EKOS ist ein Verbundprojekt, das durch das vom BMBF geförderte Konsortium InfectControl 2020 finanziert wird. Der Verbund besteht aus 10 Partnerinstitutionen, für die das Robert Koch-Institut die Koordination übernimmt. Laufzeit des Vorhabens: 01.07.2016 – 30.06.2019.

Es besteht aus drei Teilvorhaben: Prozessuales Hygienemanagement, Baulich-funktionales Hygienemanagement, Resilienzförderung.

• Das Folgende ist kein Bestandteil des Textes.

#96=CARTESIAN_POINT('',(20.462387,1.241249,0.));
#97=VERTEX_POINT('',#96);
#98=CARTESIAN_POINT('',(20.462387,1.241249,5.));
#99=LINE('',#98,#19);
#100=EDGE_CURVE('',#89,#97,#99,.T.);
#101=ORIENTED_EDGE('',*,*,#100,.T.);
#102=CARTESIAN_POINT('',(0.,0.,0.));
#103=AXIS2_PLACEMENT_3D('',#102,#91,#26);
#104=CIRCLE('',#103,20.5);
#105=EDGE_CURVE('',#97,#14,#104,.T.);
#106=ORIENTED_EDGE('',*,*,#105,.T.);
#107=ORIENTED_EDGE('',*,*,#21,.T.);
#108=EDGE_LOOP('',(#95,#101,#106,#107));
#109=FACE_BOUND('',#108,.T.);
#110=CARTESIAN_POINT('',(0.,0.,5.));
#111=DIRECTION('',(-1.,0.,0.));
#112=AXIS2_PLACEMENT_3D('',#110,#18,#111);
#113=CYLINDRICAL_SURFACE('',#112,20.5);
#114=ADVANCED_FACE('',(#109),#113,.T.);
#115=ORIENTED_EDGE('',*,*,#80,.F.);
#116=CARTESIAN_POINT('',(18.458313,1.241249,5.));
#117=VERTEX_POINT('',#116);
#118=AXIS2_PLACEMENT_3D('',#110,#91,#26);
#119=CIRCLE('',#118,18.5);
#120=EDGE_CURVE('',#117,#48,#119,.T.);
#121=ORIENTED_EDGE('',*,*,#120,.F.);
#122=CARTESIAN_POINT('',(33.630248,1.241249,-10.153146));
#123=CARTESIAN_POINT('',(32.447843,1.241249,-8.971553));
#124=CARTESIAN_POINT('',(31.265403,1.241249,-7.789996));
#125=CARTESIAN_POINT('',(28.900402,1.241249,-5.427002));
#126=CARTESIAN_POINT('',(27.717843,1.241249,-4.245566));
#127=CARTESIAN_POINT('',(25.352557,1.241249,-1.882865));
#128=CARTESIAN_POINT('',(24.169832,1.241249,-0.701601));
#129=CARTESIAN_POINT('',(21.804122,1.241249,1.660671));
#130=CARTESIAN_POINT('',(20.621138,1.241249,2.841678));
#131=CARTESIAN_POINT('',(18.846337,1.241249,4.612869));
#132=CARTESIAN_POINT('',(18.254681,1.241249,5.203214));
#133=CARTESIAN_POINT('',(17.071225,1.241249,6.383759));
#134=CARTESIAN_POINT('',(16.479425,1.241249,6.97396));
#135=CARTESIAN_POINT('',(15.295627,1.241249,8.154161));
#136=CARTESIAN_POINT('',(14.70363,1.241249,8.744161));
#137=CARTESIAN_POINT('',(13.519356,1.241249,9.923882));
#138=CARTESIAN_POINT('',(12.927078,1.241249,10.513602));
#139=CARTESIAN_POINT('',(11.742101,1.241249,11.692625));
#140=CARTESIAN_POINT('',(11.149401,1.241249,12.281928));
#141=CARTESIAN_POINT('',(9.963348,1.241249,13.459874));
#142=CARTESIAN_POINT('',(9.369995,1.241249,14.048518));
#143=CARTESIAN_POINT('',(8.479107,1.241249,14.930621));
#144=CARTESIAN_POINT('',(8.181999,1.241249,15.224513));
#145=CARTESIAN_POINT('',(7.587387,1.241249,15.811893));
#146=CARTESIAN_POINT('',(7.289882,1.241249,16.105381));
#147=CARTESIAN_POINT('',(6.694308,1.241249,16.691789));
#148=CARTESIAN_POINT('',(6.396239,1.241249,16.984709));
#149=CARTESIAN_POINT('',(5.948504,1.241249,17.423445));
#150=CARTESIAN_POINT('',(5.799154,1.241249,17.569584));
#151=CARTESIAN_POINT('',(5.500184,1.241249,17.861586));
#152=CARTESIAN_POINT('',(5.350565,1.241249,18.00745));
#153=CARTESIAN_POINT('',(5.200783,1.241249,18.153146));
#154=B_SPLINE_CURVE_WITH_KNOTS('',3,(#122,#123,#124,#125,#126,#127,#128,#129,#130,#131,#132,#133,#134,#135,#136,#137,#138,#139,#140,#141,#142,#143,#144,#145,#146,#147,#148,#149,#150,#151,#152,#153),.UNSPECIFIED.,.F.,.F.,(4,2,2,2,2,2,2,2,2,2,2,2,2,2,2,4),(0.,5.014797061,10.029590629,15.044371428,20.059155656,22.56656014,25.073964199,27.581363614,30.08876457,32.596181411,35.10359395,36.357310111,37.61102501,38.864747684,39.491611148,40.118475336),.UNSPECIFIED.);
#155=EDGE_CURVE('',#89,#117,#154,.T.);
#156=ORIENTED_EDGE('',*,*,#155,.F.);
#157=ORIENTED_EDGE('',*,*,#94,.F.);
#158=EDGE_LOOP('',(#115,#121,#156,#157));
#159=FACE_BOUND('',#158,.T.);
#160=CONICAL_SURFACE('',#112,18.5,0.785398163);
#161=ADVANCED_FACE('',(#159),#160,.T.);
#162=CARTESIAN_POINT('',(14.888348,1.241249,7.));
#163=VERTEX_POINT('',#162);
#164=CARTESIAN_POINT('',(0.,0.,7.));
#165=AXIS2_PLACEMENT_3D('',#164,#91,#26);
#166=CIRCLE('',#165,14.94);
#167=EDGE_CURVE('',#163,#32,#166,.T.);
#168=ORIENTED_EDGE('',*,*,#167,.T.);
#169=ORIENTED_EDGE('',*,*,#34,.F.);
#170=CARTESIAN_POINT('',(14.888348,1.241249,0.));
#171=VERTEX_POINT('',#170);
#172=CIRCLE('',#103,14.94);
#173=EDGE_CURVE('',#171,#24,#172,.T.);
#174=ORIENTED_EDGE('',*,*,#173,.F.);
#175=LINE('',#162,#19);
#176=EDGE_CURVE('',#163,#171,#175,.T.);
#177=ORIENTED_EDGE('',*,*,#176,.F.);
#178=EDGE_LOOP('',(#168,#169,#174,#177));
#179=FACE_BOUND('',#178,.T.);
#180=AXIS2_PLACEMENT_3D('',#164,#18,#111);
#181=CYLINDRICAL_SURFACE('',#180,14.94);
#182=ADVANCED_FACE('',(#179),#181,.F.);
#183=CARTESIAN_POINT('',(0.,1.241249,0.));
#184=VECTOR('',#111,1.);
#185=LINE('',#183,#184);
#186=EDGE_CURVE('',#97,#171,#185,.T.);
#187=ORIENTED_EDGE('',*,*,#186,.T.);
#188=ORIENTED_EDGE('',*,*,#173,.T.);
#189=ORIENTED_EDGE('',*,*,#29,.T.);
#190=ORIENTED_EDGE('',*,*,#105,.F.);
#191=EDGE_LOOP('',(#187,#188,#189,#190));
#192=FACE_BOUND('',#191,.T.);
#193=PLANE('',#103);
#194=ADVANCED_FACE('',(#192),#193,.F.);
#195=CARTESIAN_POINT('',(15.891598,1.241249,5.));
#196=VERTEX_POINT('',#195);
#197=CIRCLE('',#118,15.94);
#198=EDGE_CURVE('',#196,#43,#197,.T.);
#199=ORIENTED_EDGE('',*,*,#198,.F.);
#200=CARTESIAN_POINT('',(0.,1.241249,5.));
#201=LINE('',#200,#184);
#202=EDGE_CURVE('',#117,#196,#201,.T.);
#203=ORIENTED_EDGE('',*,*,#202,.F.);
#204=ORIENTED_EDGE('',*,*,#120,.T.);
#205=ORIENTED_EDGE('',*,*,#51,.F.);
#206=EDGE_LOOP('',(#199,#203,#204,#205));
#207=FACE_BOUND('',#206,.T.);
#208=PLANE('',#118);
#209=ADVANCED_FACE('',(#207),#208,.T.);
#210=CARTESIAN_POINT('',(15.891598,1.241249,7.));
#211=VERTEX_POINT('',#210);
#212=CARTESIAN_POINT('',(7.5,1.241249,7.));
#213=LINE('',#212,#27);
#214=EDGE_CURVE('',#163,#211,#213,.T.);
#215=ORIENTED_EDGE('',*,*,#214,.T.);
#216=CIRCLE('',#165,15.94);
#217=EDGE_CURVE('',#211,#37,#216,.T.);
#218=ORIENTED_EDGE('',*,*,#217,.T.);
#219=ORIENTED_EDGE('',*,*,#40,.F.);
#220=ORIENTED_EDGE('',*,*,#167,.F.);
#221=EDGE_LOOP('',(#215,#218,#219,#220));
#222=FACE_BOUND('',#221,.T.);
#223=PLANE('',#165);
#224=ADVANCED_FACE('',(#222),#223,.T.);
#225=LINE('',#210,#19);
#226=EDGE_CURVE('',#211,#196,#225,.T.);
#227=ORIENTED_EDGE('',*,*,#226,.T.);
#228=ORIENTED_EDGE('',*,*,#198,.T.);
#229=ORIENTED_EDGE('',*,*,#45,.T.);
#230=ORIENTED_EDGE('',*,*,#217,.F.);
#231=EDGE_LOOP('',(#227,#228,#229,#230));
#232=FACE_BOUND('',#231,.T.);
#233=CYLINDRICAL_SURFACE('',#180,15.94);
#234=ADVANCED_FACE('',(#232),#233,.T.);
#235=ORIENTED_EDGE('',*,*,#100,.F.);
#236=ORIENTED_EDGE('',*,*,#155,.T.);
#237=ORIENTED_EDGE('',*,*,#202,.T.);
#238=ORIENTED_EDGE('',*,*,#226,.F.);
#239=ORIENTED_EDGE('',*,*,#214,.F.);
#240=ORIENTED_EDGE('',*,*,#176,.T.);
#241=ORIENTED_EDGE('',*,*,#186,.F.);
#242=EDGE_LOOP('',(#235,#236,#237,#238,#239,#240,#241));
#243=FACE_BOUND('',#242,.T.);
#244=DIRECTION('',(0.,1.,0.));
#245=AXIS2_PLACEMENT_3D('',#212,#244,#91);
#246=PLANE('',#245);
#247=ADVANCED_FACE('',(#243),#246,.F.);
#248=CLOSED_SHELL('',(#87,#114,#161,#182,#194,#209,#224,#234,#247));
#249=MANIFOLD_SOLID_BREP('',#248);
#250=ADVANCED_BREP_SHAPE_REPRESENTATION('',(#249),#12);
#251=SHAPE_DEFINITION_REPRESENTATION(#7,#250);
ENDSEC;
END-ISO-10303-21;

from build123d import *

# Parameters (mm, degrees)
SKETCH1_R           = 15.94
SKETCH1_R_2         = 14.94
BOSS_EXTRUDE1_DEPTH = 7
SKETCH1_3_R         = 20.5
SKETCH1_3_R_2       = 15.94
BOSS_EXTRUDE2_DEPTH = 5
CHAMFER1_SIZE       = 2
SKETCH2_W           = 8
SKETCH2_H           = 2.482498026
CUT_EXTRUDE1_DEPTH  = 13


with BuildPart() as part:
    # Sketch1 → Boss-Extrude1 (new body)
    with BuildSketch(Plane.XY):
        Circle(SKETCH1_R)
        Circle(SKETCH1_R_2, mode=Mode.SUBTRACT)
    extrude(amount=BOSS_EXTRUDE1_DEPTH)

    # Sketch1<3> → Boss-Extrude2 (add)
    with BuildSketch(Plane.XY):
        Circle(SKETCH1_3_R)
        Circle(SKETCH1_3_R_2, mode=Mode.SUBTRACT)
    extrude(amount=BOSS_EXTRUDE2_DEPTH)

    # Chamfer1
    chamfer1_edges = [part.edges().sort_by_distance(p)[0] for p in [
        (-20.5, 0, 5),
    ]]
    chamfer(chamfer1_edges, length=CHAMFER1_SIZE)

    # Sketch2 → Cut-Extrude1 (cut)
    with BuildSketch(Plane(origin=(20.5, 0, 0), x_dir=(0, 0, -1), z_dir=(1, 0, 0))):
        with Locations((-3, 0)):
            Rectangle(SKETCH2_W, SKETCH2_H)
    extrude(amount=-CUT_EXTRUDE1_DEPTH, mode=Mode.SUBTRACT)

Die Abkürzung EKOS steht für „Entwicklung eines neuartigen Konzepts zur Sicherstellung der infektiologisch-medizinischen Versorgung von Patienten mit Krankheiten durch hochpathogene Erreger in Schwerpunktkrankenhäusern“.

Ziele

  • Sichere infektiologisch-medizinischen Versorgung von Patienten mit Krankheiten durch hochpathogene Erreger in Schwerpunkt-Krankenhäusern gewährleisten

    • Konzeption eines temporären Isolierbereiches für Notaufnahmen
    • Entwicklung und Implementierung eines optimierten Hygienemanagements und Trainings
    • Resilienzförderung und Information von Patienten und Öffentlichkeit

Besonderheiten

  • Evidenzbasierung der Barrieremaßnahmen
  • Untersuchung des Keimauftritts und der Aerosolverbreitung
  • Entwicklung transsektorealer Standards für das prozessuale Hygienemanagement

Vorteile

  • Mögliche Kosten für das Gesundheitswesen in Millionenhöhe durch progressive Krankheitsverläufe, unzureichende Patientenversorgung bzw. das Auftreten von nosokomialen Infektionen werden vermieden.
  • Durch die Stärkung von Krankenhäusern in zwei ostdeutschen Städten (Klinikum Barnim/ Werner-Forßmann-Krankenhaus in Eberswalde und Klinikum Chemnitz) entstehen dort lokale Exzellenzcluster für eine nachhaltige Entwicklung in der Region.